Please copy every line with the string "clearance" from the entries below.

[Collected data entries]

_ _ _ _ _ _ _

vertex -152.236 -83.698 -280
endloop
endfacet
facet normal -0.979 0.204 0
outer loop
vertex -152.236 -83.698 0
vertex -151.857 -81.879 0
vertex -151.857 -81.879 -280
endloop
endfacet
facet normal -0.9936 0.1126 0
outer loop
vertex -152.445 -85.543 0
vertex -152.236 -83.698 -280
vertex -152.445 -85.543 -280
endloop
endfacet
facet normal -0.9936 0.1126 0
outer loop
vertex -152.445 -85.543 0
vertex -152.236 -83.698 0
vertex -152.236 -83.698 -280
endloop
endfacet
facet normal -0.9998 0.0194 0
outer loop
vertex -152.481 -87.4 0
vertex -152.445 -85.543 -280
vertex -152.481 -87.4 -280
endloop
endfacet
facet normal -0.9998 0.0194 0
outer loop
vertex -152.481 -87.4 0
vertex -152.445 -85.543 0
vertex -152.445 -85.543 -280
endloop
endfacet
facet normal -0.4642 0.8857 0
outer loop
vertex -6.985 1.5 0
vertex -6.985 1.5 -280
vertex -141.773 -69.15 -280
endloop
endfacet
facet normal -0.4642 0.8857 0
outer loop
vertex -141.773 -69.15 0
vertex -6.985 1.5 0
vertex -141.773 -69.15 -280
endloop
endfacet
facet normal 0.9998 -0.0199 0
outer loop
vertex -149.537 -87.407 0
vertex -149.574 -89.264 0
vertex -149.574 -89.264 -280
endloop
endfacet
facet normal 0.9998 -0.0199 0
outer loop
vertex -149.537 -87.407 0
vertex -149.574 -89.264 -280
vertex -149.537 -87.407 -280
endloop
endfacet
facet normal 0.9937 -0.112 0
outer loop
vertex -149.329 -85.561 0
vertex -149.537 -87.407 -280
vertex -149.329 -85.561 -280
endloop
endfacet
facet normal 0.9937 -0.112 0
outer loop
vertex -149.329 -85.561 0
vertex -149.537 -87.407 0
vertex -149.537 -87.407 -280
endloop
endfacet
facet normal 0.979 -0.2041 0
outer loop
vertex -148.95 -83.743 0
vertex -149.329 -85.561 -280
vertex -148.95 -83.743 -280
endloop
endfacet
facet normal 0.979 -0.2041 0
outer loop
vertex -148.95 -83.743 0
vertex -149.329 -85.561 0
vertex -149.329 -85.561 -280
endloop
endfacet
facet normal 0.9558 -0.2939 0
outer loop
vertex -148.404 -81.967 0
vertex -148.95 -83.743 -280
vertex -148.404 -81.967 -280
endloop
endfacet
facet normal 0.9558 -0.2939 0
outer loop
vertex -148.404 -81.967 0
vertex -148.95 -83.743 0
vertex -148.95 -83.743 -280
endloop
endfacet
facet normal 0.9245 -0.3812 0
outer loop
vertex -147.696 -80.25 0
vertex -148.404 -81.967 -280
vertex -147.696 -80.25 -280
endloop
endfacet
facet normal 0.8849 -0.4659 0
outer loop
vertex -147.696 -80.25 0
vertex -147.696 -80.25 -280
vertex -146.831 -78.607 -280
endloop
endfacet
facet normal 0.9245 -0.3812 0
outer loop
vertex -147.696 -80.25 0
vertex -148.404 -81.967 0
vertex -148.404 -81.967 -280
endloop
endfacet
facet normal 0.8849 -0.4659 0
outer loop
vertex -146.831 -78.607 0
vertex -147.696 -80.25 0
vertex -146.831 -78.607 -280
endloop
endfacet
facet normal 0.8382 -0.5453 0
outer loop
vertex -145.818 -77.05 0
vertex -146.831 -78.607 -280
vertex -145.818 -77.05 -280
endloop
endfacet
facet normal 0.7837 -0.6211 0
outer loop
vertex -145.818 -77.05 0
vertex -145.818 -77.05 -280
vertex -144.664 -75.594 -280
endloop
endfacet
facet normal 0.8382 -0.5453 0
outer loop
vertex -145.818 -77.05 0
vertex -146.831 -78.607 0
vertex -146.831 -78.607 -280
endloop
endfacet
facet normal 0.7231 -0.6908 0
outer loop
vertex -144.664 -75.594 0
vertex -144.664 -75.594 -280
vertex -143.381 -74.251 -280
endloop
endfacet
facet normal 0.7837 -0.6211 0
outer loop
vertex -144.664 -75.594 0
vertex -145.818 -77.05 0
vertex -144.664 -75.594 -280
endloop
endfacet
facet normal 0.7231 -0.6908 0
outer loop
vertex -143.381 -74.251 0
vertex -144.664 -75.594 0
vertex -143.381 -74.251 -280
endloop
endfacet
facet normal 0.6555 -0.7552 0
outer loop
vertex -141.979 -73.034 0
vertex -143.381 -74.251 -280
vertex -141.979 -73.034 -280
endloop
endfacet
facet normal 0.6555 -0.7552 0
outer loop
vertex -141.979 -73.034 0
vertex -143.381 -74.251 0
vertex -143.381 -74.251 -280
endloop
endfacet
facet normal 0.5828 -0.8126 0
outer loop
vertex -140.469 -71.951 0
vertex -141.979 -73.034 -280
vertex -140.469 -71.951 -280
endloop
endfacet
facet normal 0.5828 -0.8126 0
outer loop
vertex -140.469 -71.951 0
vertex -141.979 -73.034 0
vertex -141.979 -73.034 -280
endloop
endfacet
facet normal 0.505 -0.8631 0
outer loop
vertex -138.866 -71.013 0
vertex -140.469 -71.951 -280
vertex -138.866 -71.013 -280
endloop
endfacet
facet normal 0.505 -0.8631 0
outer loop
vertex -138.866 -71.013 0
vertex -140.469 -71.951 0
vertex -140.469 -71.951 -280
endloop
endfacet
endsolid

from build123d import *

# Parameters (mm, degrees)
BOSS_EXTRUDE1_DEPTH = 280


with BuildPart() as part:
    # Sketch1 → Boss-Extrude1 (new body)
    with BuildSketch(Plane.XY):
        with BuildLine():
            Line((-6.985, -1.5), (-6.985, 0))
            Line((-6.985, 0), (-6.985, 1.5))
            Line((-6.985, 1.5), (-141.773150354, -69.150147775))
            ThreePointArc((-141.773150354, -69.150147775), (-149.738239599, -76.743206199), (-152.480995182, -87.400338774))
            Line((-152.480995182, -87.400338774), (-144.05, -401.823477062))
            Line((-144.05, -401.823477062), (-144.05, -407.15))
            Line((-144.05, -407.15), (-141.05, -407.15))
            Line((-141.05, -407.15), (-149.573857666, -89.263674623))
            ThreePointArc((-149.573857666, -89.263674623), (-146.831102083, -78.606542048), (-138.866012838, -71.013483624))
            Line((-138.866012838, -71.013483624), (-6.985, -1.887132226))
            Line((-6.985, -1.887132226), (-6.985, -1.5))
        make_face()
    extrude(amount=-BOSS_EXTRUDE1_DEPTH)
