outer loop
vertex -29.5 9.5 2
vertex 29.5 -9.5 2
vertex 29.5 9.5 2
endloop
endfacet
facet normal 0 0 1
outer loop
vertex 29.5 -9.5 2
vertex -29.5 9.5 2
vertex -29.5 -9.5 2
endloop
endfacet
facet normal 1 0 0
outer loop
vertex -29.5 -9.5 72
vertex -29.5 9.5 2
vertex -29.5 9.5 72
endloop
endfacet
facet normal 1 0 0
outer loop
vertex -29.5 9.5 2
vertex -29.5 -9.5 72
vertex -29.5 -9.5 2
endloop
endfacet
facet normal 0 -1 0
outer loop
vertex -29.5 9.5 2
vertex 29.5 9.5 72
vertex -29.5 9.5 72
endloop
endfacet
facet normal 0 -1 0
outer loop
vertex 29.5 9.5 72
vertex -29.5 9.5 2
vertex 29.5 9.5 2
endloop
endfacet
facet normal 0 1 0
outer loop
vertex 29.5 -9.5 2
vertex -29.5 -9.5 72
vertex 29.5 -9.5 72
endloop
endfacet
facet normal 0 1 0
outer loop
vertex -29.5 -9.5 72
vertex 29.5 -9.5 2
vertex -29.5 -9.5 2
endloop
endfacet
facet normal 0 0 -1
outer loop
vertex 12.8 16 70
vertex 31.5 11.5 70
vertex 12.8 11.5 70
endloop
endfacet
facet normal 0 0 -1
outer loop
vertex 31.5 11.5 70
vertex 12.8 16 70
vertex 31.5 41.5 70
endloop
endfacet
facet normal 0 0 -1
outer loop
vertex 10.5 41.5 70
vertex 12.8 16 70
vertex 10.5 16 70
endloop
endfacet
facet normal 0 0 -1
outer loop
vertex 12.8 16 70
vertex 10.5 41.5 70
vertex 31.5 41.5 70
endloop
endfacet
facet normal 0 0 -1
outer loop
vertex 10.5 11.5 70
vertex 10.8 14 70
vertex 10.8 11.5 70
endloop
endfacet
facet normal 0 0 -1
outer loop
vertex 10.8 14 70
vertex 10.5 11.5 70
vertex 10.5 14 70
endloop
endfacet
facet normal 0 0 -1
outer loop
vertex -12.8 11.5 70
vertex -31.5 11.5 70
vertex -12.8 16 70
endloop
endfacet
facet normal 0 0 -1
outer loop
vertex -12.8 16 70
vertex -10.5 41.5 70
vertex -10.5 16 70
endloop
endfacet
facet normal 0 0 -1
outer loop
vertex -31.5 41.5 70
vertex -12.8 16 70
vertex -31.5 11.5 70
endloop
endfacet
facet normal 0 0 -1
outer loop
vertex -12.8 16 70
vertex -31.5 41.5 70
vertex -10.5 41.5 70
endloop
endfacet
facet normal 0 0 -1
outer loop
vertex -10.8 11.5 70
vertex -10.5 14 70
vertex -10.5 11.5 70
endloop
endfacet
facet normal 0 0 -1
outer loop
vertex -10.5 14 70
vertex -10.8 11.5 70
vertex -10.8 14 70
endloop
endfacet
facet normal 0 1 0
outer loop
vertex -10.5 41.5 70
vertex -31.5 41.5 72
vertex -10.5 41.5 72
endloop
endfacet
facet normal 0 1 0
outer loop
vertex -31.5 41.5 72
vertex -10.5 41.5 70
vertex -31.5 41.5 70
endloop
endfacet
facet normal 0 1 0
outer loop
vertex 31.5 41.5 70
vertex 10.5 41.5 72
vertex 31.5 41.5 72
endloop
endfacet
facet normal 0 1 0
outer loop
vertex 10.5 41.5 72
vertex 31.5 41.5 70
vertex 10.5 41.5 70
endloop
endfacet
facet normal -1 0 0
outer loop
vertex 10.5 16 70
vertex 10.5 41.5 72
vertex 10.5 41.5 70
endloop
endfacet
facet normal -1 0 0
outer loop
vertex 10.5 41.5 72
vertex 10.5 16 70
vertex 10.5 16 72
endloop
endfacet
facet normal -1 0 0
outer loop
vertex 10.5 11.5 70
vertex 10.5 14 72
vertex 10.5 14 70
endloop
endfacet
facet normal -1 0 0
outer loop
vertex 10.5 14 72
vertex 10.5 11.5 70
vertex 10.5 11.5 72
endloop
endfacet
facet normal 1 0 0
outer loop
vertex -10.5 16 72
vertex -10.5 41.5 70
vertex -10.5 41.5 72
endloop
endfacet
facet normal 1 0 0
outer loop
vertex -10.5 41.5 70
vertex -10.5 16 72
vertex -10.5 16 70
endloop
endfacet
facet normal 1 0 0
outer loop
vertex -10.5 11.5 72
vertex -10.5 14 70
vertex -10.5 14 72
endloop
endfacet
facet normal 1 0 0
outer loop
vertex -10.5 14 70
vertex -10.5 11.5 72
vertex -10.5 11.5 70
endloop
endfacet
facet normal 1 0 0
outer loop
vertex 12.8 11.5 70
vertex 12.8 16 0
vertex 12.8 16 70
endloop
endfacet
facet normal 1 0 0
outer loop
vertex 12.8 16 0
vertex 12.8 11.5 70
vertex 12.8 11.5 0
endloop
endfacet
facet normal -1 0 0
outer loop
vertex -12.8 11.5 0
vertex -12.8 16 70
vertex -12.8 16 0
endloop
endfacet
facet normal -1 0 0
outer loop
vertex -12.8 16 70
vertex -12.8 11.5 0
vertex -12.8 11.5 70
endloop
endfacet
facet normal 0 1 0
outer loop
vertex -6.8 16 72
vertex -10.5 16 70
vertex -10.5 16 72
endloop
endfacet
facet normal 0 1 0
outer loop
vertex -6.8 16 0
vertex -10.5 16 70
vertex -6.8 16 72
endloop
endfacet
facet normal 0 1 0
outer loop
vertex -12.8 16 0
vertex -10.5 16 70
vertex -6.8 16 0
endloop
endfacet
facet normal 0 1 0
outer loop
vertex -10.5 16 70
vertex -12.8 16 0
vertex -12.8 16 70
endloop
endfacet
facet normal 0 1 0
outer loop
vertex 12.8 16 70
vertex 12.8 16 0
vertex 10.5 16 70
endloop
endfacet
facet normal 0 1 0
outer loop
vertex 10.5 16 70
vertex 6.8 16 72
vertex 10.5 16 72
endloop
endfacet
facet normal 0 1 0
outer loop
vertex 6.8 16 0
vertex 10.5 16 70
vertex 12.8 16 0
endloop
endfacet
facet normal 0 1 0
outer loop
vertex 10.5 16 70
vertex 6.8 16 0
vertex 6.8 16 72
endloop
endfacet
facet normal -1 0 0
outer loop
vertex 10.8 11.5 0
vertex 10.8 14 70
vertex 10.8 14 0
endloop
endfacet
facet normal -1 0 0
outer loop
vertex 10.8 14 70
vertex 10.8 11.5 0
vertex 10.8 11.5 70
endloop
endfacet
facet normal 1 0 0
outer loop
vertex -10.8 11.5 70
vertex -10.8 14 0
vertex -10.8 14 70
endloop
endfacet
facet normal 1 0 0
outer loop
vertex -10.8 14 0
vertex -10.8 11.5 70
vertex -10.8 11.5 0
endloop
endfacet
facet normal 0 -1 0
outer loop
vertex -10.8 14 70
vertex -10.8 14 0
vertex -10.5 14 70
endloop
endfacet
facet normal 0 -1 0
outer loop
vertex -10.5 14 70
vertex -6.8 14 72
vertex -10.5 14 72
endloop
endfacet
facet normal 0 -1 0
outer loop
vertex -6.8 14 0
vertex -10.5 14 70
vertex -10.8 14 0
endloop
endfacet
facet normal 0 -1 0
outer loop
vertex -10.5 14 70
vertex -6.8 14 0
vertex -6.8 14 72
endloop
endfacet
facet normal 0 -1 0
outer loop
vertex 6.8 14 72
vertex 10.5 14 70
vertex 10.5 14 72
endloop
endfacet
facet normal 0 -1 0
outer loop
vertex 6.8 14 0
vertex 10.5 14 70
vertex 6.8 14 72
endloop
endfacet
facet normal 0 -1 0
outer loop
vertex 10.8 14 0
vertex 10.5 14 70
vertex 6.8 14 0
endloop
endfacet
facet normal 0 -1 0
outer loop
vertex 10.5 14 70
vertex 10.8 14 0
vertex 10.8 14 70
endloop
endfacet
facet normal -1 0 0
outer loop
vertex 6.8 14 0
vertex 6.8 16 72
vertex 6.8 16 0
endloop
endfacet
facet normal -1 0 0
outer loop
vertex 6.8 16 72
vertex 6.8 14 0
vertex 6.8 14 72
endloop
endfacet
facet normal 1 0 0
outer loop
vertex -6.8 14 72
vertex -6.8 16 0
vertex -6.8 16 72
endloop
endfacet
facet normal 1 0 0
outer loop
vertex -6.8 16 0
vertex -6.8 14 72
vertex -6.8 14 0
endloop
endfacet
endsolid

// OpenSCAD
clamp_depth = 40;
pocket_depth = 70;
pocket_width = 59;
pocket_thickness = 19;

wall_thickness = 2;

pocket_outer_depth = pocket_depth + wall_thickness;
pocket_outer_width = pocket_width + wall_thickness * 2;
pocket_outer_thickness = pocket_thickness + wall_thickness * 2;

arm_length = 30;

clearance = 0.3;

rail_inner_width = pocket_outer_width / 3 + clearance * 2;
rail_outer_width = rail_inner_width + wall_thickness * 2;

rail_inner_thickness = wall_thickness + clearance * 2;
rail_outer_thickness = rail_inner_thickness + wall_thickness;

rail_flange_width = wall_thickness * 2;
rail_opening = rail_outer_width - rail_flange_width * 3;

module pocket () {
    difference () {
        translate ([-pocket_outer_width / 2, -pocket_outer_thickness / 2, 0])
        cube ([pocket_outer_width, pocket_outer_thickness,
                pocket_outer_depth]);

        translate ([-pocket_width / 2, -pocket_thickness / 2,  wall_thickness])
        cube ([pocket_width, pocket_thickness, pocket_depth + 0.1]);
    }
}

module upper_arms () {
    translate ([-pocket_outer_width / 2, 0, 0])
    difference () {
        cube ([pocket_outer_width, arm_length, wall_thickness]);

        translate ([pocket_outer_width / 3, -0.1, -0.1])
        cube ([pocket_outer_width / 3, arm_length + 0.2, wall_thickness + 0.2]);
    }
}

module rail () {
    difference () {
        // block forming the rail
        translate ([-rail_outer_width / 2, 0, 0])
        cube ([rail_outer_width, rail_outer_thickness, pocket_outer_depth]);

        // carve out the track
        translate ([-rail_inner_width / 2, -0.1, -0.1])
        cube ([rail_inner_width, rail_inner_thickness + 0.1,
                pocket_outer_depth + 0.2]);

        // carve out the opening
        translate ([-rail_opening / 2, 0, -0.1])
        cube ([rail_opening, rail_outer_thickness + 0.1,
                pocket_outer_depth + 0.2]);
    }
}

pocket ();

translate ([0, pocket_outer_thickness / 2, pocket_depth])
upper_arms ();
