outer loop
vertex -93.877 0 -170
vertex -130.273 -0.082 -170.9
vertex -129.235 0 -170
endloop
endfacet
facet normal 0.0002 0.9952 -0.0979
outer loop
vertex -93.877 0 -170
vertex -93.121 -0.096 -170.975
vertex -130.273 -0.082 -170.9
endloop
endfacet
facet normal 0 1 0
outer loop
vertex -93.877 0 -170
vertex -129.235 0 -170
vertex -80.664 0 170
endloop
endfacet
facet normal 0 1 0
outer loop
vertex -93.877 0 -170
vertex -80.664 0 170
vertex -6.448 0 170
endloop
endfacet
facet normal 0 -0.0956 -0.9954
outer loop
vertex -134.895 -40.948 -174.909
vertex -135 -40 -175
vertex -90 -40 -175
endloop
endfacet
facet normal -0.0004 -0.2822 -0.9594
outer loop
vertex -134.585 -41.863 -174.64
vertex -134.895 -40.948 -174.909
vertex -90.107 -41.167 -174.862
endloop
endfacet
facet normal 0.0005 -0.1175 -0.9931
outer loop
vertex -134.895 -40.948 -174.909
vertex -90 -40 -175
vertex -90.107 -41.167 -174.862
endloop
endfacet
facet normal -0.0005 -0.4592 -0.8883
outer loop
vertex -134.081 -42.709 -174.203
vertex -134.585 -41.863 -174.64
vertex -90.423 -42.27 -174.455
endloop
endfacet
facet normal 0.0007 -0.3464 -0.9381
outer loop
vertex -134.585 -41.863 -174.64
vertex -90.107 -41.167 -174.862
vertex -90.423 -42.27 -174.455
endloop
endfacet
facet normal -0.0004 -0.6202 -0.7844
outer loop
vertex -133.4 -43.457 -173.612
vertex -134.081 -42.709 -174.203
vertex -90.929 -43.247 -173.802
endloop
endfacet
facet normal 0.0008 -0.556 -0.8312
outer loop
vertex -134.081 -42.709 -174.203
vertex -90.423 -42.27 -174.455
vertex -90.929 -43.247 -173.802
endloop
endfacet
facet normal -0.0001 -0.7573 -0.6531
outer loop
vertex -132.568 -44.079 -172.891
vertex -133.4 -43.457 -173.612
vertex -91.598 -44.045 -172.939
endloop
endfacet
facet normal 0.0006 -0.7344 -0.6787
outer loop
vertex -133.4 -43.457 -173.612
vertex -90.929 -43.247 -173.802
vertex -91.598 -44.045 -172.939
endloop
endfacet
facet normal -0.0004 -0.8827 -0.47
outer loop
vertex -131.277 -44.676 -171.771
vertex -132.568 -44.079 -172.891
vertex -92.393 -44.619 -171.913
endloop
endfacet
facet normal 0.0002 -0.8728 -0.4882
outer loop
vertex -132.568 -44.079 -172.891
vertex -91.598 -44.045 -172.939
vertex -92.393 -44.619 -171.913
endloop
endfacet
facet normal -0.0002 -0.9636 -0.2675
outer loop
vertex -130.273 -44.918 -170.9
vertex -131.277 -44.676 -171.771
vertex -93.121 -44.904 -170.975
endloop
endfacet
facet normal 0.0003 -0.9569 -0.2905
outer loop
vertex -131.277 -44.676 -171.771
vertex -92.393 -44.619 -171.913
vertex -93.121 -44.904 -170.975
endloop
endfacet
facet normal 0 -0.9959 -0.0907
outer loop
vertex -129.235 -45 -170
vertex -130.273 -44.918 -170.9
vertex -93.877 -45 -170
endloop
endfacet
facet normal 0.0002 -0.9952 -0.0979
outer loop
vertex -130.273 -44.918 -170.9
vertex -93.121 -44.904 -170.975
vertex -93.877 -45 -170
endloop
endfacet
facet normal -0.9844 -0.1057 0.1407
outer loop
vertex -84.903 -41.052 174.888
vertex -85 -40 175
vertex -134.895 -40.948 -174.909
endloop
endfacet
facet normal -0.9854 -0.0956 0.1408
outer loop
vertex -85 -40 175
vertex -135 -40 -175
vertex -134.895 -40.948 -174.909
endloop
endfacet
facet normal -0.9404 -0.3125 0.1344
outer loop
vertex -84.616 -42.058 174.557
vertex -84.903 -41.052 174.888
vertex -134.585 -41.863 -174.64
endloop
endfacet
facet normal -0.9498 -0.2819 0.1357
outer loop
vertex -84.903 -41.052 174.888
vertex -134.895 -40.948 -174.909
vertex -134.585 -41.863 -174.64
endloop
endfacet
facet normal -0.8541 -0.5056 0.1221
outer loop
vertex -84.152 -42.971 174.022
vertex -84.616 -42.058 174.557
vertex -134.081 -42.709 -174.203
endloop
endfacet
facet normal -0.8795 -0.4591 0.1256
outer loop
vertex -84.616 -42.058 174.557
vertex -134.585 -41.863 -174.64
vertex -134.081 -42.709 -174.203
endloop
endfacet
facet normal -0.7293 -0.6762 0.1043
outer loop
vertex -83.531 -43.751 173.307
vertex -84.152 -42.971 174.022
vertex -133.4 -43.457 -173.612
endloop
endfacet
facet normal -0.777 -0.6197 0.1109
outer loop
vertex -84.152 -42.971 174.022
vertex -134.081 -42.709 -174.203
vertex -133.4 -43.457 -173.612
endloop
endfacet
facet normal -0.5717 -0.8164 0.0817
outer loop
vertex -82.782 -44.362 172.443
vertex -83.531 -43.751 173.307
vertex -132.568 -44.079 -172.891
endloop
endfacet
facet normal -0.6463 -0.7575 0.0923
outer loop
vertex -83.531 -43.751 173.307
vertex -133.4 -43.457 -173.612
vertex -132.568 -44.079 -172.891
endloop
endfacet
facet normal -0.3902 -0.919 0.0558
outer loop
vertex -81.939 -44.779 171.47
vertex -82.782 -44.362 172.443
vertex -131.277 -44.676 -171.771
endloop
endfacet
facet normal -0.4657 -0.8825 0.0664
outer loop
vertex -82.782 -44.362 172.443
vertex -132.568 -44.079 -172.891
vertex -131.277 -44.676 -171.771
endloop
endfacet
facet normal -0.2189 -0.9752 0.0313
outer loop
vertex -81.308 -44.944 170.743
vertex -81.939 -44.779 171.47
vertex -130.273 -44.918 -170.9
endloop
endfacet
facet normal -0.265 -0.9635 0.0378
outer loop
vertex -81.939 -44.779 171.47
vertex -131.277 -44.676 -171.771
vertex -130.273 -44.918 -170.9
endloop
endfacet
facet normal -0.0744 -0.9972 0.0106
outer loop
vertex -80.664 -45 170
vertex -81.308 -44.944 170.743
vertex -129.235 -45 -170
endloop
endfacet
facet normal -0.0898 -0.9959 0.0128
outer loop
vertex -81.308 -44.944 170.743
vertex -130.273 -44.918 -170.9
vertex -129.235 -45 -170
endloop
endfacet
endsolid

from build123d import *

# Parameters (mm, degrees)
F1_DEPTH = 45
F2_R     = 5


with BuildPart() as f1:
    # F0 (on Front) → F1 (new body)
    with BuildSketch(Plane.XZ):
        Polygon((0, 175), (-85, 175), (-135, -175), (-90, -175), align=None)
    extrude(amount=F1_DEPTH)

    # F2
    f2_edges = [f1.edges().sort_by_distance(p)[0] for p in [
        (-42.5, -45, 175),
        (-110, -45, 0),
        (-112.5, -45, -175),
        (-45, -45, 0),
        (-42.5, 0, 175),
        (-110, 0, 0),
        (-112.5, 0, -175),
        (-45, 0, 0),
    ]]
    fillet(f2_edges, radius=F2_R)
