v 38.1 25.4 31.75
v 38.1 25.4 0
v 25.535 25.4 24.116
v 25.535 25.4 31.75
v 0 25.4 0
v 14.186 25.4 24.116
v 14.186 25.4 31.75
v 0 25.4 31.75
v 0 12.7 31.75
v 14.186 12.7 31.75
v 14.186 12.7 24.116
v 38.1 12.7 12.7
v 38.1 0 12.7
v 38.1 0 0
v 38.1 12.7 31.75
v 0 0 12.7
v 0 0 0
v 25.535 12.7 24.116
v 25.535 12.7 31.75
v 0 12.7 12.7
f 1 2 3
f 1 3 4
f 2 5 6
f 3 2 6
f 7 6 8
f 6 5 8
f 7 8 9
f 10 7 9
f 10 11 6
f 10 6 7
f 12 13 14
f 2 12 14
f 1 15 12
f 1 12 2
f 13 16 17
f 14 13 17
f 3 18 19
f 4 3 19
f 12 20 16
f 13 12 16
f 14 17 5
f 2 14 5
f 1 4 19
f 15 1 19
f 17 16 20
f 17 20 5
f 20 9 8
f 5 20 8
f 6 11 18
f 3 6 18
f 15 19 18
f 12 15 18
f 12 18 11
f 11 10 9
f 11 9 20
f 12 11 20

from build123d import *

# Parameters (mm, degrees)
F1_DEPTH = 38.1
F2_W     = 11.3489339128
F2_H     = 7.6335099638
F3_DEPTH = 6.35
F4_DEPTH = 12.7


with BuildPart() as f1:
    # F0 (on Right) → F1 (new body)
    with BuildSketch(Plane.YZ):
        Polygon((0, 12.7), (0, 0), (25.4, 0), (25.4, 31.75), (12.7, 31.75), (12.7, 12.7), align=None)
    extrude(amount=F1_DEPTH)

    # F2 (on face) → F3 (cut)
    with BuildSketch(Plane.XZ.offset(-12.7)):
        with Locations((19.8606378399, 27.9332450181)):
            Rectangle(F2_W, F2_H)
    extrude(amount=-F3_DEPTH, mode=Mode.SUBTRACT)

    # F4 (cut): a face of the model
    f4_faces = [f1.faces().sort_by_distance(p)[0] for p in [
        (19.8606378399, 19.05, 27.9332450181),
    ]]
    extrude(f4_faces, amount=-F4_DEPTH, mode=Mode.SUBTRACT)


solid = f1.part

_ _ _ _ _ _ _

### Worked solution
clearance = 0.3;
rail_inner_width = pocket_outer_width / 3 + clearance * 2;
rail_inner_thickness = wall_thickness + clearance * 2;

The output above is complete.